TASK OBJECTIVE: Take the material below and reproduce, word for word, only the lines from the line with "#251=EDGE_CURVE('',#245,#174,#250,.T.);" through the line with "#277=CARTESIAN_POINT('',(3.,0.,10.));".

####

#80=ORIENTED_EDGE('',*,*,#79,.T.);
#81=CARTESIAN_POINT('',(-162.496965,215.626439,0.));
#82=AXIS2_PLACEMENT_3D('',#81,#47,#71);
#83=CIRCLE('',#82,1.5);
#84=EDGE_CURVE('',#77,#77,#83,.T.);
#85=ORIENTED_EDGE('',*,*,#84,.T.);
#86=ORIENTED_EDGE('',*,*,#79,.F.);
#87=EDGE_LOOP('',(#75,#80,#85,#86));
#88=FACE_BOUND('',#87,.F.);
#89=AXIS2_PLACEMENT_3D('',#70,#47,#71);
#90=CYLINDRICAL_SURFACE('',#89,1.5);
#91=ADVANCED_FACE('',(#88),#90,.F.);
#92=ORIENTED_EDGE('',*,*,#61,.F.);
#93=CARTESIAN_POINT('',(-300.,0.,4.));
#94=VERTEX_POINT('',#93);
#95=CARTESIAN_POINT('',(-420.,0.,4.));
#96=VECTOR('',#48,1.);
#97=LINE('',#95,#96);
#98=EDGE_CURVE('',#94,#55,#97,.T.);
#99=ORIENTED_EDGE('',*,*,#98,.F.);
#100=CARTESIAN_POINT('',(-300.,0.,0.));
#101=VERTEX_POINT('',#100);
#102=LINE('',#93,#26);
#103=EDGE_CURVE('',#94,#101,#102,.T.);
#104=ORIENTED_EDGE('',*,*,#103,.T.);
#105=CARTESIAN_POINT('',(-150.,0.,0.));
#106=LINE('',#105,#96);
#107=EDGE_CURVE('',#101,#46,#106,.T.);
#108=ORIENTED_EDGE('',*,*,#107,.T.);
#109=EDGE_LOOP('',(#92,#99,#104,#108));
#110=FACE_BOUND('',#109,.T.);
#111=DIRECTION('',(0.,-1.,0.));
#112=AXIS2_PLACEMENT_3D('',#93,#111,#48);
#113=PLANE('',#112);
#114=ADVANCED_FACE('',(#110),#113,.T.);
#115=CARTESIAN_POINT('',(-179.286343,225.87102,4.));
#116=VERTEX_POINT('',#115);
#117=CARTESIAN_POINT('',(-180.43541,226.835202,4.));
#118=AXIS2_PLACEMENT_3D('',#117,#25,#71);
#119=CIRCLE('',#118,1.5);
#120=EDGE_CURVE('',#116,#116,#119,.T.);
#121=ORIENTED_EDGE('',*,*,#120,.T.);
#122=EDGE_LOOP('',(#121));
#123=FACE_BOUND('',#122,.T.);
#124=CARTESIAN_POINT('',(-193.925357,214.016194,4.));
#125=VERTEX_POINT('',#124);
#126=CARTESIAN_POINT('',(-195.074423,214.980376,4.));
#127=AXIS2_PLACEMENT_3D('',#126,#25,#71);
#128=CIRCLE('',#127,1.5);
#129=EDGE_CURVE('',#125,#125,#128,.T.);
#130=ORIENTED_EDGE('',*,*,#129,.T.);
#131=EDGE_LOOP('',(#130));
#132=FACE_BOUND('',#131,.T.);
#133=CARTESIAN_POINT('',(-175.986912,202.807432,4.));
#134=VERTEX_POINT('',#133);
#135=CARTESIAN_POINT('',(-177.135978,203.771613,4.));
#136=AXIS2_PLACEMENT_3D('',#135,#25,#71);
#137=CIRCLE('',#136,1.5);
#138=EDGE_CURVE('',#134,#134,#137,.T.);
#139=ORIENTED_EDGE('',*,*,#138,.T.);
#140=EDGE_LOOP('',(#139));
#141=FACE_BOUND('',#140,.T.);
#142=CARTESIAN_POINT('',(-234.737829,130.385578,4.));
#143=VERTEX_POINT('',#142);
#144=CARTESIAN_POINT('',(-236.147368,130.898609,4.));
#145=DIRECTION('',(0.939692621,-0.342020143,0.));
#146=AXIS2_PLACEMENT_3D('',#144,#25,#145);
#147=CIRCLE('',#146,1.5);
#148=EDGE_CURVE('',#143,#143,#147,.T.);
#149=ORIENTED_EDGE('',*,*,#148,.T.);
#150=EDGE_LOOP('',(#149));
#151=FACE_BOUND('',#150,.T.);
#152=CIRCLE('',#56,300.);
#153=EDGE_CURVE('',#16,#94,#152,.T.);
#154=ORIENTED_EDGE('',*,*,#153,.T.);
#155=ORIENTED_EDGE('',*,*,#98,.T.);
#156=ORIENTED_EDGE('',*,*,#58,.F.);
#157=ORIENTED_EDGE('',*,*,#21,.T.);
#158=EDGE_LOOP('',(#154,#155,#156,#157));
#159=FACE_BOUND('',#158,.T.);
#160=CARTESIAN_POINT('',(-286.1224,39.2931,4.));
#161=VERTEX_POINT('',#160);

####

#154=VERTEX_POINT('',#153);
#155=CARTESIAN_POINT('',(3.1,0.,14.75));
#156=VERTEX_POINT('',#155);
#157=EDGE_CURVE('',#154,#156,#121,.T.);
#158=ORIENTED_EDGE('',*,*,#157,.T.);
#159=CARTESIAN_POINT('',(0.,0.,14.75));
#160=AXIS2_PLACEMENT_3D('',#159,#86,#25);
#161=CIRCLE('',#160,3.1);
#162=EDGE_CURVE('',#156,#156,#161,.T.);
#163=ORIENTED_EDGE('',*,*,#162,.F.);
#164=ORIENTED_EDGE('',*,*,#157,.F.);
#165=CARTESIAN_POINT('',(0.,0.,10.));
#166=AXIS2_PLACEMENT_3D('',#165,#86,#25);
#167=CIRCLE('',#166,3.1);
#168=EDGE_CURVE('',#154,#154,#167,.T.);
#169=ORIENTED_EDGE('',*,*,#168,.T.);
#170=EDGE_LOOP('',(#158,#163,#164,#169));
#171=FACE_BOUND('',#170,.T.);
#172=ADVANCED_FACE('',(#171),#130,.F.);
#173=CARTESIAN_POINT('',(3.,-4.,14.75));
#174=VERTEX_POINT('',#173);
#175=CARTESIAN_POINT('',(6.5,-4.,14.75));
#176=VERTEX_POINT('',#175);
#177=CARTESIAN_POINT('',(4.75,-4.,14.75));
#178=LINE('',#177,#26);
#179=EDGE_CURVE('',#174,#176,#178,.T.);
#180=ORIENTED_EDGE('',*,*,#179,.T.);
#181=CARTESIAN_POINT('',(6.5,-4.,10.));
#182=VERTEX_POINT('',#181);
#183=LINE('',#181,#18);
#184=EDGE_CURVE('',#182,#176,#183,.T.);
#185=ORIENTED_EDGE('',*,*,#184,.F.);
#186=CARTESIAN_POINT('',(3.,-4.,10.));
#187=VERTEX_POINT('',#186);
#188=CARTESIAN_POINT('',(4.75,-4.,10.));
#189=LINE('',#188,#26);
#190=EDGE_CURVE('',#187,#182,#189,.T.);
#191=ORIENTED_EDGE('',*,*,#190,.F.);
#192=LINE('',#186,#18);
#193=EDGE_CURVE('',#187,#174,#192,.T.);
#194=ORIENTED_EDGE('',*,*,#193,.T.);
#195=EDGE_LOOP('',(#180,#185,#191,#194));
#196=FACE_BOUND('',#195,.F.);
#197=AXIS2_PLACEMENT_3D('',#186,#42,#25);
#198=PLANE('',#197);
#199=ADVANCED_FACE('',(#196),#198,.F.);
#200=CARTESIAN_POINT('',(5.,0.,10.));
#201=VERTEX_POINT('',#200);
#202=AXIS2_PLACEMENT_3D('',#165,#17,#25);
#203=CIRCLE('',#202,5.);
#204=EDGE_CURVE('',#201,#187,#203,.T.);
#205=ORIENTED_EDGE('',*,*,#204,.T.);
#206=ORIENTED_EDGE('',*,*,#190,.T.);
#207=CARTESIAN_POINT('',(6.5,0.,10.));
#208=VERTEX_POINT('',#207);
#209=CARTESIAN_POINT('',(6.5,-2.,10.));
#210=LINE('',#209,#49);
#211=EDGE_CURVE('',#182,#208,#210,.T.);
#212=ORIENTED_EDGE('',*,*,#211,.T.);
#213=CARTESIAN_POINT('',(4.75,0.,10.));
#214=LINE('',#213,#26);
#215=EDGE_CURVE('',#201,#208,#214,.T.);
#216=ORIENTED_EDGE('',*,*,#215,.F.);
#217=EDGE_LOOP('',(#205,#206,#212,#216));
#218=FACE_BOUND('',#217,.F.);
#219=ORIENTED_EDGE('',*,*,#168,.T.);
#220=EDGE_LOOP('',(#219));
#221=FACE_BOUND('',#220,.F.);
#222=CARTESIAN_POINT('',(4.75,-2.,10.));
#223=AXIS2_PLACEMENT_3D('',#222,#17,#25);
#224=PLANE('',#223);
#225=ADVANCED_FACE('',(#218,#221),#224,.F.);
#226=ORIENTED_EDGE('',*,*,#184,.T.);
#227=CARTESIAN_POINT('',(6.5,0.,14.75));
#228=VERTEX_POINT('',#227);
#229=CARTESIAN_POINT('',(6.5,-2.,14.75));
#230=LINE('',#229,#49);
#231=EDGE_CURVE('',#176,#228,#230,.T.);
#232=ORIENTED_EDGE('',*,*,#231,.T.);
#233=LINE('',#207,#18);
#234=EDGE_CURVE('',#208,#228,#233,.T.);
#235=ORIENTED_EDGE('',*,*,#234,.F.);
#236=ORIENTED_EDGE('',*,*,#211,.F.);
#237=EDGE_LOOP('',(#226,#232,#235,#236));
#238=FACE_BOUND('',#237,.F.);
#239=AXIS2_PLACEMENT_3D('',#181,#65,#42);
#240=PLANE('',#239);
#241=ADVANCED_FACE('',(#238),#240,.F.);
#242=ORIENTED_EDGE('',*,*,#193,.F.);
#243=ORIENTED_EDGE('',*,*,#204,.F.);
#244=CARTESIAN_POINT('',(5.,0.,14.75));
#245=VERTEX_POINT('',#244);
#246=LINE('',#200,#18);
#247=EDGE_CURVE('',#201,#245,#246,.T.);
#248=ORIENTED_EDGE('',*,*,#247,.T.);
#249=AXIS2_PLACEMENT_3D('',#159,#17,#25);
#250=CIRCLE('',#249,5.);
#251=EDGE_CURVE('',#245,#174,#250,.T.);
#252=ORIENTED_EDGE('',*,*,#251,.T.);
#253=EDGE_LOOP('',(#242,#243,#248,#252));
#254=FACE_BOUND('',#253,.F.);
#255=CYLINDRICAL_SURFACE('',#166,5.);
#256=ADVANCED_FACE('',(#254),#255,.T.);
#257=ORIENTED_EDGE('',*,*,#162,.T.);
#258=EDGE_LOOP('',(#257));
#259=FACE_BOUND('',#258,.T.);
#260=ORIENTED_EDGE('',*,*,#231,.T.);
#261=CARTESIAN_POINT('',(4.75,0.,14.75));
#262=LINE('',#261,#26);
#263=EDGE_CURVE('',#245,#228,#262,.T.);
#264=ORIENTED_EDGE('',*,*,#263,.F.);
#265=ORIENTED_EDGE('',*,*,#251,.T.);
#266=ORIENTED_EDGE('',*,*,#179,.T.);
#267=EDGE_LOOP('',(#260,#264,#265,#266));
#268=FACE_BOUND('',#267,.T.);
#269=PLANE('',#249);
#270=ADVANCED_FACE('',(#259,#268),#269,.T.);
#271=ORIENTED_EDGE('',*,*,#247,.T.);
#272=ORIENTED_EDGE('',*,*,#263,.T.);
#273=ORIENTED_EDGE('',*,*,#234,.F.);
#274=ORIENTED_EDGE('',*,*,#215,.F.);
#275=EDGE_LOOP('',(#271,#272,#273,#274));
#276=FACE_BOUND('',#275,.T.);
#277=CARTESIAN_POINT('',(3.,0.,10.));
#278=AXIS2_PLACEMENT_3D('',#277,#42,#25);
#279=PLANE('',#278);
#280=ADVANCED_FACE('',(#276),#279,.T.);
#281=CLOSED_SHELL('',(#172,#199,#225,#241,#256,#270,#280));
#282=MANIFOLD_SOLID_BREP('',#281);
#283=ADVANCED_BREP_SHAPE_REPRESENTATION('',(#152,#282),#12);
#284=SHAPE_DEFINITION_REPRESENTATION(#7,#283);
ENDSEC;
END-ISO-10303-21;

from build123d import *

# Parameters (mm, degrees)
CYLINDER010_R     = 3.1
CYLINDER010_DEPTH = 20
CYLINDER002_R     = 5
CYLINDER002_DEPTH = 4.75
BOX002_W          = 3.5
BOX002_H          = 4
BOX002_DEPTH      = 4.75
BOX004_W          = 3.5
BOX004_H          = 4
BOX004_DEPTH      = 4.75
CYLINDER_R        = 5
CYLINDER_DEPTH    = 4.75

####

RESPONSE AREA:
#251=EDGE_CURVE('',#245,#174,#250,.T.);
#252=ORIENTED_EDGE('',*,*,#251,.T.);
#253=EDGE_LOOP('',(#242,#243,#248,#252));
#254=FACE_BOUND('',#253,.F.);
#255=CYLINDRICAL_SURFACE('',#166,5.);
#256=ADVANCED_FACE('',(#254),#255,.T.);
#257=ORIENTED_EDGE('',*,*,#162,.T.);
#258=EDGE_LOOP('',(#257));
#259=FACE_BOUND('',#258,.T.);
#260=ORIENTED_EDGE('',*,*,#231,.T.);
#261=CARTESIAN_POINT('',(4.75,0.,14.75));
#262=LINE('',#261,#26);
#263=EDGE_CURVE('',#245,#228,#262,.T.);
#264=ORIENTED_EDGE('',*,*,#263,.F.);
#265=ORIENTED_EDGE('',*,*,#251,.T.);
#266=ORIENTED_EDGE('',*,*,#179,.T.);
#267=EDGE_LOOP('',(#260,#264,#265,#266));
#268=FACE_BOUND('',#267,.T.);
#269=PLANE('',#249);
#270=ADVANCED_FACE('',(#259,#268),#269,.T.);
#271=ORIENTED_EDGE('',*,*,#247,.T.);
#272=ORIENTED_EDGE('',*,*,#263,.T.);
#273=ORIENTED_EDGE('',*,*,#234,.F.);
#274=ORIENTED_EDGE('',*,*,#215,.F.);
#275=EDGE_LOOP('',(#271,#272,#273,#274));
#276=FACE_BOUND('',#275,.T.);
#277=CARTESIAN_POINT('',(3.,0.,10.));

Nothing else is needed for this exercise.